Retype, word for word, every line of the records below starting at the one that contains "#118=ORIENTED_EDGE('',*,*,#117,.T.);" and ending at the one that contains "#126=CARTESIAN_POINT('',(-8.382,0.,-8.382));"; include both of those lines and nothing more.

[Dataset entries]
--

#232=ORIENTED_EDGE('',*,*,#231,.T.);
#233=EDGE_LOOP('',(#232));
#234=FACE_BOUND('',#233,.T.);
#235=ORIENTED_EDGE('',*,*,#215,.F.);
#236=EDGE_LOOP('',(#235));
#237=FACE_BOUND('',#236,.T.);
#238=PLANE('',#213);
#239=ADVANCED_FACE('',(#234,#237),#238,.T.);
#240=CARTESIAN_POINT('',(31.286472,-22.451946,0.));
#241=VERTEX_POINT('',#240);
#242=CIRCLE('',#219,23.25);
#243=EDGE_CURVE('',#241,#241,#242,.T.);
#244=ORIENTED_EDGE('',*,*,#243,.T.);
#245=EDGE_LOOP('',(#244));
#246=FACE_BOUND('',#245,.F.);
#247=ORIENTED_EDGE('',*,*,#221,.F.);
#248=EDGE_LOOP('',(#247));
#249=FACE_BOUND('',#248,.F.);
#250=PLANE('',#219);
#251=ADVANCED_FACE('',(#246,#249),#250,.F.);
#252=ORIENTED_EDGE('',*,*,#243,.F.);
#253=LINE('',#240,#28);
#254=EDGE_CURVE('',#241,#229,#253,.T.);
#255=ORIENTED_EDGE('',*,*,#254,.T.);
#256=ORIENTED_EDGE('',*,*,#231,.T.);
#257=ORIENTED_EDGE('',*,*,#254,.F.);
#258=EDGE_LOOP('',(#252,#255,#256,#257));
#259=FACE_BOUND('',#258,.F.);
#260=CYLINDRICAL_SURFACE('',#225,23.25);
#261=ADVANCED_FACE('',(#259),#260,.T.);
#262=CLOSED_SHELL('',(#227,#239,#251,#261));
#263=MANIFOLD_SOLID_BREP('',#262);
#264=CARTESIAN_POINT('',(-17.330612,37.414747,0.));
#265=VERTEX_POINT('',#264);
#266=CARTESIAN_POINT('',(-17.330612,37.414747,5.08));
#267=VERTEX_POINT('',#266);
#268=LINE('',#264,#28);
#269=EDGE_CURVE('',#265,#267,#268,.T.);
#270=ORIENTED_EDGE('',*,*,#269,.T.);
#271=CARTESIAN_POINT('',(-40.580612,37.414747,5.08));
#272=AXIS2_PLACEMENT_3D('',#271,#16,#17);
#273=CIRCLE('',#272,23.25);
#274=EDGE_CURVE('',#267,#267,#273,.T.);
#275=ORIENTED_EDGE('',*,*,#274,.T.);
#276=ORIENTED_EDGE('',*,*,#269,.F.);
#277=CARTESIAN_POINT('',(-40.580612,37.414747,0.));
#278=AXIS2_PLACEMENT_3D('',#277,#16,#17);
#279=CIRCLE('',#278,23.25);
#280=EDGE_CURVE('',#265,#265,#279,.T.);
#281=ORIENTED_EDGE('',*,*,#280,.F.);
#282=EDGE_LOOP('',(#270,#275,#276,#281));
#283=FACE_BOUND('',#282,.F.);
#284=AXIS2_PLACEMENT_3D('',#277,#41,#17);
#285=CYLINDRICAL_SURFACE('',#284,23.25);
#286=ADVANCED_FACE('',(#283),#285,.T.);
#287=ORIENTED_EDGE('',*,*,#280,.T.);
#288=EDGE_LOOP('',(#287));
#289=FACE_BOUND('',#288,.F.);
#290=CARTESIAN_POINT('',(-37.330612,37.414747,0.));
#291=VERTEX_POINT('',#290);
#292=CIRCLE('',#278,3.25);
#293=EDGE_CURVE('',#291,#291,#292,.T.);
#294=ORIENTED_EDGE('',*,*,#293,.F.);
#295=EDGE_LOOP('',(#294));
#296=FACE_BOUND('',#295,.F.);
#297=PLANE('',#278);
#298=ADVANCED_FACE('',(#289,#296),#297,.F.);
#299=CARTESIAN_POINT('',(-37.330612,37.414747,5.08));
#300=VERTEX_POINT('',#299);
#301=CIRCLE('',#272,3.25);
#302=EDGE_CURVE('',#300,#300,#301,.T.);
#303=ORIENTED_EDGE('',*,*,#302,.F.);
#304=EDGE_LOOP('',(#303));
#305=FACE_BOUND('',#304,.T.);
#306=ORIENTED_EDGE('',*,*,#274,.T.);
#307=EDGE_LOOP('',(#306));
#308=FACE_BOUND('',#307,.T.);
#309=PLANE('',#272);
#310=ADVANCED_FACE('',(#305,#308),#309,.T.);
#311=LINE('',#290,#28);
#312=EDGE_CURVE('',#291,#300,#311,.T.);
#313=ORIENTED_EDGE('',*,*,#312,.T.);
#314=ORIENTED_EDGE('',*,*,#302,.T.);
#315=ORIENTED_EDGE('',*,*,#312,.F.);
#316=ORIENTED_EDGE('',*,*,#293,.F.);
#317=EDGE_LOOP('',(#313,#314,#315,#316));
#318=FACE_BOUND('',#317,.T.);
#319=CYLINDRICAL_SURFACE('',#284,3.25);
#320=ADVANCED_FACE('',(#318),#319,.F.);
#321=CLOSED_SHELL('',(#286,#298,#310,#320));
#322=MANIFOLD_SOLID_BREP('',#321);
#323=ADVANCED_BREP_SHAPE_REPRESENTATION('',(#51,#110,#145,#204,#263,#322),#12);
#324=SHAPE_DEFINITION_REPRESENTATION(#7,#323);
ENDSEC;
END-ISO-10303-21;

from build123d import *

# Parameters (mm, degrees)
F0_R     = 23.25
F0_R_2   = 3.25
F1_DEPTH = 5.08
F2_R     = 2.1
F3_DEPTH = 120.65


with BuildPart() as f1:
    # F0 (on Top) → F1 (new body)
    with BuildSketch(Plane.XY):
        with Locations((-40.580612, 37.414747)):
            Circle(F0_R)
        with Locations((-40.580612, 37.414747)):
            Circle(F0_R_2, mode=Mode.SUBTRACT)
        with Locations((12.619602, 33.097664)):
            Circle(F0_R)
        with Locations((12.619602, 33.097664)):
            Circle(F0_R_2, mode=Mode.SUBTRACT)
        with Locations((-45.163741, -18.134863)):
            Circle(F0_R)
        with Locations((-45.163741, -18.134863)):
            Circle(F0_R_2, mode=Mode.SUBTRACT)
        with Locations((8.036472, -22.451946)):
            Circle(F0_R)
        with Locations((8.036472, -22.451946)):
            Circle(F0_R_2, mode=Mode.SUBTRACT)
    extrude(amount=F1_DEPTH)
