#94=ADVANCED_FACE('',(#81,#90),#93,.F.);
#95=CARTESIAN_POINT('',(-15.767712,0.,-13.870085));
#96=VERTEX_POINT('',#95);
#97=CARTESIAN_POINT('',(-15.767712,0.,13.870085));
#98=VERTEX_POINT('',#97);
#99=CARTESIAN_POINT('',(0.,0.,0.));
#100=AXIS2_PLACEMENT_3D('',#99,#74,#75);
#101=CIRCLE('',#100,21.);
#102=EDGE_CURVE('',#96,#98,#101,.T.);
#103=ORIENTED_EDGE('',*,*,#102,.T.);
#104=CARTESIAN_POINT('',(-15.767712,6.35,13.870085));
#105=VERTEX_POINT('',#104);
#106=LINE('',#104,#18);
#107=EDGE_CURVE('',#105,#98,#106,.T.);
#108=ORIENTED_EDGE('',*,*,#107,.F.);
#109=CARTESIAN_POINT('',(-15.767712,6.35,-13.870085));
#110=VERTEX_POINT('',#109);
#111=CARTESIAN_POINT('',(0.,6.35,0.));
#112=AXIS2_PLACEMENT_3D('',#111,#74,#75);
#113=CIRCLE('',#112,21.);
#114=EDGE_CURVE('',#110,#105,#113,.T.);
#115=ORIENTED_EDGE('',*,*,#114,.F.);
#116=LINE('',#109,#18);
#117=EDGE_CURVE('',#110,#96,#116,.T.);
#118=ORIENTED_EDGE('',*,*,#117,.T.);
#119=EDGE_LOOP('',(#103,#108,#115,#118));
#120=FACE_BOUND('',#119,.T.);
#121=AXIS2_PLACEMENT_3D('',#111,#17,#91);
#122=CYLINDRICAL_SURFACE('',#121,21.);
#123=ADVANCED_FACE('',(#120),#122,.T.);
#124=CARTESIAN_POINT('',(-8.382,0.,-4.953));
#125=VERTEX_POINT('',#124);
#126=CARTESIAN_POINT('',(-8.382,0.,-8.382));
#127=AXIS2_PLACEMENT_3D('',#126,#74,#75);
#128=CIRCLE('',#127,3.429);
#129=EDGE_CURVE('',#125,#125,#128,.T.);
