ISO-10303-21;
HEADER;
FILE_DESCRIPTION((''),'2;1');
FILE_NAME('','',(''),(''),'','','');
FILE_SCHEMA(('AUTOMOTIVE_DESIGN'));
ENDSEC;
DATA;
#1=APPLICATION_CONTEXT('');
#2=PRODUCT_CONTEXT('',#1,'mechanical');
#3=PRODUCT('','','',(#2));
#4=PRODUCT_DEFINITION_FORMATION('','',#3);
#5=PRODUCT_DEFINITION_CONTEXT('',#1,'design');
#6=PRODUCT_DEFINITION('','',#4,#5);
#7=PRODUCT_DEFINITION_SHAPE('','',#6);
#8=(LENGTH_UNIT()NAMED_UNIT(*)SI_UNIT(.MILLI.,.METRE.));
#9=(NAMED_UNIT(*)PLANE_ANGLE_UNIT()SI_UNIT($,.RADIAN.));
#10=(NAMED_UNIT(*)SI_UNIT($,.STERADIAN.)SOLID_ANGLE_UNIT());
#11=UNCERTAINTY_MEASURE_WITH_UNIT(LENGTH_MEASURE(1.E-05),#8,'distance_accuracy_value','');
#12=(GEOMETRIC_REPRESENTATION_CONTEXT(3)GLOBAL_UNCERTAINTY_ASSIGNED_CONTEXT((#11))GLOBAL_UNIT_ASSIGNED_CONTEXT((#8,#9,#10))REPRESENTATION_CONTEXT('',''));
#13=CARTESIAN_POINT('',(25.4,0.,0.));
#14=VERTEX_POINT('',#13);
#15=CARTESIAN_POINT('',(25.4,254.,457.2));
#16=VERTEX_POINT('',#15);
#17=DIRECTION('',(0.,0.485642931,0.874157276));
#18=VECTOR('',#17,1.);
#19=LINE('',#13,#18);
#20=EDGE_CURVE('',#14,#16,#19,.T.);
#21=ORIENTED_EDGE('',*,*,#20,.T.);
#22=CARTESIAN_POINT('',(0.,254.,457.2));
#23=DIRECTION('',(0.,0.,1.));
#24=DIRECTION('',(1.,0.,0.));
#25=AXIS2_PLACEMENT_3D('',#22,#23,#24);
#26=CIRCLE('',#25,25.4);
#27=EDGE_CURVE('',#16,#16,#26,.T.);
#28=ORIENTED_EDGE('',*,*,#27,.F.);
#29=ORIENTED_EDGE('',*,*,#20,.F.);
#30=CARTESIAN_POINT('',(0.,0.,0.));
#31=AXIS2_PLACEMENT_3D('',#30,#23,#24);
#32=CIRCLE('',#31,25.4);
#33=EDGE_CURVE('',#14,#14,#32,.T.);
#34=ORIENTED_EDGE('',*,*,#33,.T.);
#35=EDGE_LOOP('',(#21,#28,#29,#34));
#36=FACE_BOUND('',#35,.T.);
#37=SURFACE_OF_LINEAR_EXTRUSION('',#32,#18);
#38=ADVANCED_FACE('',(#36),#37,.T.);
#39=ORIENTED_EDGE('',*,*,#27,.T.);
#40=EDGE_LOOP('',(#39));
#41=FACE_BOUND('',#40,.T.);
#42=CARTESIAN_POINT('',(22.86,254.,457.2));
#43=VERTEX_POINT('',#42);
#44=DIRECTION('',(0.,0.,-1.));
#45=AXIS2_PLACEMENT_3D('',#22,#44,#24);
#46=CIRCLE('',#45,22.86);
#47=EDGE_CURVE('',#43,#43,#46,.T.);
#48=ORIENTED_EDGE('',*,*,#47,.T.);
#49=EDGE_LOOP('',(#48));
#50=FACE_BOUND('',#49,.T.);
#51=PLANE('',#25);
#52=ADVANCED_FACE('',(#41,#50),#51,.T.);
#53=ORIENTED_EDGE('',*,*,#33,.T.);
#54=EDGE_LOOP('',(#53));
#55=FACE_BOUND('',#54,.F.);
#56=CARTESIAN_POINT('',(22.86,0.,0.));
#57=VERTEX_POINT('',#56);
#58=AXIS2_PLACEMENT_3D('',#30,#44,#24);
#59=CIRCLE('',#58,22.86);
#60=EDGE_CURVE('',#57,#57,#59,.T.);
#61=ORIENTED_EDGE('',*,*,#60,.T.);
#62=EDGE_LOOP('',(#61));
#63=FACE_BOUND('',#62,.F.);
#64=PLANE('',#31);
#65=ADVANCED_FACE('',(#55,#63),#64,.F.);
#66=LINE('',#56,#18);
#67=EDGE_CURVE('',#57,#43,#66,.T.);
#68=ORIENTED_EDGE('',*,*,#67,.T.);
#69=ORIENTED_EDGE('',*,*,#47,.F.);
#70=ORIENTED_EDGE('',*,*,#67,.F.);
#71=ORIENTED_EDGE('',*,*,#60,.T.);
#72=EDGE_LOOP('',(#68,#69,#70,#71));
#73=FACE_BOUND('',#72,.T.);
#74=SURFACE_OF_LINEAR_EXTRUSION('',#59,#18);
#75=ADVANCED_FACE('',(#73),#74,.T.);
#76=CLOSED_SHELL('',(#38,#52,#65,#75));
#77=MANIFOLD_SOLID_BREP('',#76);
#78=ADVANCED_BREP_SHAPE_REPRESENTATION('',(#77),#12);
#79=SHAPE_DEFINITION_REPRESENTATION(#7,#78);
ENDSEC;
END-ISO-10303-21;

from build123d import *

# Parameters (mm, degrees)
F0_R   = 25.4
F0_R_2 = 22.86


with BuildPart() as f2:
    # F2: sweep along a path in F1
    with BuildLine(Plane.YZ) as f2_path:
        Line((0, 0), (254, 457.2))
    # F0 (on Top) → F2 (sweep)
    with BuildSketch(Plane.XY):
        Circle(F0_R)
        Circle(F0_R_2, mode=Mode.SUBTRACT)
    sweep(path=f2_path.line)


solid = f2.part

--

**COMPLETED EXERCISE:**
#118=ORIENTED_EDGE('',*,*,#117,.T.);
#119=EDGE_LOOP('',(#103,#108,#115,#118));
#120=FACE_BOUND('',#119,.T.);
#121=AXIS2_PLACEMENT_3D('',#111,#17,#91);
#122=CYLINDRICAL_SURFACE('',#121,21.);
#123=ADVANCED_FACE('',(#120),#122,.T.);
#124=CARTESIAN_POINT('',(-8.382,0.,-4.953));
#125=VERTEX_POINT('',#124);
#126=CARTESIAN_POINT('',(-8.382,0.,-8.382));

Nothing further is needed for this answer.